Ma guarda sono single, non l’ho fatto apposta a ricordarti che non festeggerai con nessuno, che mentre tutti i ristoranti apparecchieranno per due, tu single non troverai posto da nessuna parte! Chapeau…mi hai fregato anche quest’anno calendario senza cuore!
Cari innamorati altro che festa dell’amore! La festa di S. Valentino si riallaccia agli antichi festeggiamenti Itali, Greci e Romani del 15 febbraio in onore del Dio Pane, Fauno e Luperco.
Non so se rendo l’idea con questi nomi. Questa festa era celebrata da giovani sacerdoti chiamati Luperci, seminudi con le membra spalmate di grasso e una maschera di fango sulla faccia; intorno alle anche portavano una pelle di capra ricavata dalle vittime sacrificate nel Lupercale. Proprio un inno all’amore direi, tutti nudi e giovincelli e con la mascherina per non essere riconosciuti…. Queste feste erano diventate talmente licenziose, oggi le definiremo orge o gang bang, da essere proibite da Augusto e poi definitivamente soppresse da Gelasio nel 494.
La Chiesa ha cristianizzato questo rito pagano della fecondità anticipandolo al giorno 14 ed attribuendo al martire la capacità di proteggere i fidanzati e gli innamorati indirizzati al matrimonio e ad un’unione allietata dai figli. Divertente la storia dell’amore. Sotto sotto una storia di cornificazioni e festini spudorati.
Il 14 vedremo a giro fidanzatini con una rosa rossa in mano, anche perché oggi di piu’ non se ne possono comprare, e a chi va bene un regalino da scartare.

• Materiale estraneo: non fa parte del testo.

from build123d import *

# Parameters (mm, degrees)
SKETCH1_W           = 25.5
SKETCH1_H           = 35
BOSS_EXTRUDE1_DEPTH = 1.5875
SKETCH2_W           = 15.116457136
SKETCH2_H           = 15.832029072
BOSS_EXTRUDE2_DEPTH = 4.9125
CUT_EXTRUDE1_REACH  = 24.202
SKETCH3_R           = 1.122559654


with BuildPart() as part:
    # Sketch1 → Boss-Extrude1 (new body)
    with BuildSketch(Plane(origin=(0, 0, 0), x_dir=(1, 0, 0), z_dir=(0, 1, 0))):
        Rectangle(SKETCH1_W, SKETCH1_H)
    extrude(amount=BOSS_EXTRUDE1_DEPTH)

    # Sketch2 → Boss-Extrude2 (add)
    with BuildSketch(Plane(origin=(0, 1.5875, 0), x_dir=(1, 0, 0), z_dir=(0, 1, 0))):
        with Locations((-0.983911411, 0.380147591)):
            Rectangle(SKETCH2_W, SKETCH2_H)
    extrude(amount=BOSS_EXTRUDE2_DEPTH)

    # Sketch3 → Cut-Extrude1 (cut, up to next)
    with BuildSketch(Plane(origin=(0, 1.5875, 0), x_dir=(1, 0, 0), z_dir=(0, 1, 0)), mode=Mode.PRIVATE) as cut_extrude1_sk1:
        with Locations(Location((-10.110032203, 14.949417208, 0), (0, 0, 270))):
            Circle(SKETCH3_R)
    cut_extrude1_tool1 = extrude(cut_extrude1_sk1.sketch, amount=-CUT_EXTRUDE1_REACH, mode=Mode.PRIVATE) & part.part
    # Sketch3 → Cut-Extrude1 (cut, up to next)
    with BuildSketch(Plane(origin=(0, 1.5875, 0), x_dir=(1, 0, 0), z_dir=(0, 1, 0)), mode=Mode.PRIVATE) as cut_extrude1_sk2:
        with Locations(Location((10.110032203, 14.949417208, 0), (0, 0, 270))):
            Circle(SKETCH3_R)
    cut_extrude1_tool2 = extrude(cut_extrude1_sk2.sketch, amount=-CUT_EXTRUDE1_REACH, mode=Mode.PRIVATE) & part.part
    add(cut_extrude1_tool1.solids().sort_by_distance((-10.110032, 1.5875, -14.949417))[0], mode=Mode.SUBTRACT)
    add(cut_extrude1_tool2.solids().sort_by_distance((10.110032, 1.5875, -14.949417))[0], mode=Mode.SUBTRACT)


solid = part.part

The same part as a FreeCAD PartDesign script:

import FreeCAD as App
import Part
import Sketcher
Q = App.Units.Quantity


def add_polygon(sketch, points):
    """Adds a closed chain of lines whose ends are joined by coincident constraints."""
    first, n = sketch.GeometryCount, len(points)
    for a, b in zip(points, points[1:] + points[:1]):
        sketch.addGeometry(Part.LineSegment(App.Vector(*a, 0), App.Vector(*b, 0)), False)
    for i in range(n):
        sketch.addConstraint(Sketcher.Constraint("Coincident", first + i, 2, first + (i + 1) % n, 1))

doc = App.newDocument("Part")
body = doc.addObject("PartDesign::Body", "Body")

sketch1 = body.newObject("Sketcher::SketchObject", "Sketch")
sketch1.AttachmentSupport = (doc.getObject("XZ_Plane"), [""])
sketch1.MapMode = "FlatFace"
add_polygon(sketch1, [(-12.75, -17.5), (-12.75, 17.5), (12.75, 17.5), (12.75, -17.5)])
sketch1.addConstraint([
    Sketcher.Constraint("Vertical", 0),
    Sketcher.Constraint("Horizontal", 1),
    Sketcher.Constraint("Vertical", 2),
    Sketcher.Constraint("Horizontal", 3),
    Sketcher.Constraint("Symmetric", 0, 2, 2, 2, -1, 1),
    Sketcher.Constraint("DistanceY", 0, 1, 0, 2, Q("35 mm")),
    Sketcher.Constraint("DistanceX", 1, 1, 1, 2, Q("25.5 mm")),
])
pad1 = body.newObject("PartDesign::Pad", "Pad")
pad1.Profile = sketch1
pad1.Length = 1.5875
pad1.Reversed = True

sketch2 = body.newObject("Sketcher::SketchObject", "Sketch001")
sketch2.AttachmentSupport = (doc.getObject("XZ_Plane"), [""])
sketch2.MapMode = "FlatFace"
sketch2.AttachmentOffset = App.Placement(App.Vector(0, 0, -1.5875), App.Rotation())
add_polygon(sketch2, [(-8.54214, -8.296162), (-8.54214, 7.535867), (6.574317, 7.535867), (6.574317, -8.296162)])
sketch2.addConstraint([
    Sketcher.Constraint("Vertical", 0),
    Sketcher.Constraint("Horizontal", 1),
    Sketcher.Constraint("Vertical", 2),
    Sketcher.Constraint("Horizontal", 3),
    Sketcher.Constraint("DistanceY", 0, 1, 0, 2, Q("15.832029 mm")),
    Sketcher.Constraint("DistanceX", 1, 1, 1, 2, Q("15.116457 mm")),
    Sketcher.Constraint("DistanceX", 0, 2, -1, 1, Q("8.54214 mm")),
    Sketcher.Constraint("DistanceY", -1, 1, 0, 2, Q("7.535867 mm")),
])
pad2 = body.newObject("PartDesign::Pad", "Pad001")
pad2.Profile = sketch2
pad2.Length = 4.9125
pad2.Reversed = True

sketch3 = body.newObject("Sketcher::SketchObject", "Sketch002")
sketch3.AttachmentSupport = (doc.getObject("XZ_Plane"), [""])
sketch3.MapMode = "FlatFace"
sketch3.AttachmentOffset = App.Placement(App.Vector(0, 0, -1.5875), App.Rotation())
sketch3.addGeometry(Part.Circle(App.Vector(-10.110032, -14.949417, 0), App.Vector(0, 0, 1), 1.12256), False)
sketch3.addConstraint([
    Sketcher.Constraint("Diameter", 0, Q("2.245119 mm")),
    Sketcher.Constraint("DistanceX", 0, 3, -1, 1, Q("10.110032 mm")),
    Sketcher.Constraint("DistanceY", 0, 3, -1, 1, Q("14.949417 mm")),
])
pocket1 = body.newObject("PartDesign::Pocket", "Pocket")
pocket1.Profile = sketch3
pocket1.Type = "UpToFirst"
pocket1.Reversed = True

sketch4 = body.newObject("Sketcher::SketchObject", "Sketch003")
sketch4.AttachmentSupport = (doc.getObject("XZ_Plane"), [""])
sketch4.MapMode = "FlatFace"
sketch4.AttachmentOffset = App.Placement(App.Vector(0, 0, -1.5875), App.Rotation())
sketch4.addGeometry(Part.Circle(App.Vector(10.110032, -14.949417, 0), App.Vector(0, 0, 1), 1.12256), False)
sketch4.addConstraint([
    Sketcher.Constraint("Diameter", 0, Q("2.245119 mm")),
    Sketcher.Constraint("DistanceX", -1, 1, 0, 3, Q("10.110032 mm")),
    Sketcher.Constraint("DistanceY", 0, 3, -1, 1, Q("14.949417 mm")),
])
pocket2 = body.newObject("PartDesign::Pocket", "Pocket001")
pocket2.Profile = sketch4
pocket2.Type = "UpToFirst"
pocket2.Reversed = True

doc.recompute()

In fondo quel che conta è il pensiero…non il regalo materiale. Eliminiamo anche il regalo, che poi non è mai quello che desideriamo, e scriviamo una bella lettera d’amore che resterà ad imperitura memoria di questo sodalizio,
Oltretutto San Valentino si è trasformato in un Santo business. Le aziende mettono sul mercato le mercanzie piu’strane dove regna sovrano ed incontrastato il CUORE. Non è uno sfogo da single o dettato da acidità. Mi definisco single per scelta, qualche occasione è capitata anche a me, ma non era il caso di continuare! In tempi di crisi penso sia meglio riflettere su certe mercificazioni.
E’ necessario un giorno per festeggiare un sentimento? Allora forse dovrebbero inserire la festa della gelosia, dell’antipatia che forse avrebbero anche piu’ successo. Il 14 è un giorno che non piace ai single quanto agli amanti. Si perché quello è il giorno in cui avranno la certezza che il loro amato starà con la propria moglie o fidanzata, e viceversa, e si sentiranno ancora piu’ mortificate e deluse.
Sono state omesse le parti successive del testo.